++++ SOURCE RECORDS ++++

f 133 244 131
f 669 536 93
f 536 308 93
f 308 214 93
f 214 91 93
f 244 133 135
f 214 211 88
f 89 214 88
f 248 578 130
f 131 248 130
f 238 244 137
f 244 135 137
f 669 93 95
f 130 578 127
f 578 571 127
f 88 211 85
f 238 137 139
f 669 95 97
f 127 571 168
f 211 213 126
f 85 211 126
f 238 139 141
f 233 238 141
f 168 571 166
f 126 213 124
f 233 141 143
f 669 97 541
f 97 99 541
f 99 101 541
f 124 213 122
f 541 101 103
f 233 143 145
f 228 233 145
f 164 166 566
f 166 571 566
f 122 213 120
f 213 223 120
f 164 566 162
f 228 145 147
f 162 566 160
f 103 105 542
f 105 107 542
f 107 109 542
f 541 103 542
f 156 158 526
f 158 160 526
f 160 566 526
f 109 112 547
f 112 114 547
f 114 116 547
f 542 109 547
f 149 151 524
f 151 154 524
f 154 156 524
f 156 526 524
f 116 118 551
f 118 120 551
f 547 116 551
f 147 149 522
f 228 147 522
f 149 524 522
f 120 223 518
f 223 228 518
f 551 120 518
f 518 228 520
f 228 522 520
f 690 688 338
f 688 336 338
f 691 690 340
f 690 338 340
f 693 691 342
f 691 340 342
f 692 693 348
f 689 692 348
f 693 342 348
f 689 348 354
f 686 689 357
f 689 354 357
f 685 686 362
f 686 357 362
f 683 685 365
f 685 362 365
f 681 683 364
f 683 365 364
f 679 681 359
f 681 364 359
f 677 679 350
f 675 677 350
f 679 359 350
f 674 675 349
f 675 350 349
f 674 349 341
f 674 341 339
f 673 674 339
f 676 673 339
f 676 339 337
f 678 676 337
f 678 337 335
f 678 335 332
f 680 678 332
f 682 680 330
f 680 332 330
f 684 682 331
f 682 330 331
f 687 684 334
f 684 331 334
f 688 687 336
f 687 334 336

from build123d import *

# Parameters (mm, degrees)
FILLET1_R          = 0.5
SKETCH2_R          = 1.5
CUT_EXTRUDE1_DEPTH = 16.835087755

++++
++++ SOURCE RECORDS ++++

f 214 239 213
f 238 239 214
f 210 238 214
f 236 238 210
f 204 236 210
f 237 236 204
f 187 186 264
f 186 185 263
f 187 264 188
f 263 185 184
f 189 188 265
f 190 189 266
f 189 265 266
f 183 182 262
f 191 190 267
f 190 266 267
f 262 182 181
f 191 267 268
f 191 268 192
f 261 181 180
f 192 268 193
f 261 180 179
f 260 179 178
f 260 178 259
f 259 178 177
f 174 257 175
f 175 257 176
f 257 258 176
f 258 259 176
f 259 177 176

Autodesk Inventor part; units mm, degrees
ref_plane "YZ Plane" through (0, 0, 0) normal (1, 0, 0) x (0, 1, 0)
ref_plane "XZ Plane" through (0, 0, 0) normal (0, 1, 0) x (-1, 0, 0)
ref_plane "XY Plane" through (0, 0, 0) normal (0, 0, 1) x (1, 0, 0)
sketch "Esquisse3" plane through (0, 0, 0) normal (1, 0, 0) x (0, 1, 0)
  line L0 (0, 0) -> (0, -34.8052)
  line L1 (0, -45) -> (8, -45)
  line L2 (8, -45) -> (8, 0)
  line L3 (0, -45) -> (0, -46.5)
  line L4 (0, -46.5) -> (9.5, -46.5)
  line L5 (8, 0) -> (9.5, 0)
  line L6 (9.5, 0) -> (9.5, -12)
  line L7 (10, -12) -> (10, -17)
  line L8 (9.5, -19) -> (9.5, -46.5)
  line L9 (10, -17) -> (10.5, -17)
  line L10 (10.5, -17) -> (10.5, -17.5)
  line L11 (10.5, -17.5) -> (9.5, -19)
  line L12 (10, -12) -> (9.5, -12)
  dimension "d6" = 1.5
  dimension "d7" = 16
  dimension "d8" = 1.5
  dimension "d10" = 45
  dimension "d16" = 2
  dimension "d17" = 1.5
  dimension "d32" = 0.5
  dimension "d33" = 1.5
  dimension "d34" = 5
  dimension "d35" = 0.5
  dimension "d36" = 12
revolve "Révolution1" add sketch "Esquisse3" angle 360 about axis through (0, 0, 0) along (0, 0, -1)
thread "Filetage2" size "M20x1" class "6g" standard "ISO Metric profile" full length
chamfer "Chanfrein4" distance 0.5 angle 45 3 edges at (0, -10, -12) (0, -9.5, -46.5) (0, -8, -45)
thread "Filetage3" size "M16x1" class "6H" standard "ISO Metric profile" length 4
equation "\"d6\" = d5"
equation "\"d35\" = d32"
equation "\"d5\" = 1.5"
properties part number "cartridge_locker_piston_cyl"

++++

**TASK TO CARRY OUT:** Please reproduce, exactly as they appear above, the lines from the line containing "f 233 238 141" up to and including the line containing "f 685 362 365".

**THE ANSWER:**
f 233 238 141
f 168 571 166
f 126 213 124
f 233 141 143
f 669 97 541
f 97 99 541
f 99 101 541
f 124 213 122
f 541 101 103
f 233 143 145
f 228 233 145
f 164 166 566
f 166 571 566
f 122 213 120
f 213 223 120
f 164 566 162
f 228 145 147
f 162 566 160
f 103 105 542
f 105 107 542
f 107 109 542
f 541 103 542
f 156 158 526
f 158 160 526
f 160 566 526
f 109 112 547
f 112 114 547
f 114 116 547
f 542 109 547
f 149 151 524
f 151 154 524
f 154 156 524
f 156 526 524
f 116 118 551
f 118 120 551
f 547 116 551
f 147 149 522
f 228 147 522
f 149 524 522
f 120 223 518
f 223 228 518
f 551 120 518
f 518 228 520
f 228 522 520
f 690 688 338
f 688 336 338
f 691 690 340
f 690 338 340
f 693 691 342
f 691 340 342
f 692 693 348
f 689 692 348
f 693 342 348
f 689 348 354
f 686 689 357
f 689 354 357
f 685 686 362
f 686 357 362
f 683 685 365
f 685 362 365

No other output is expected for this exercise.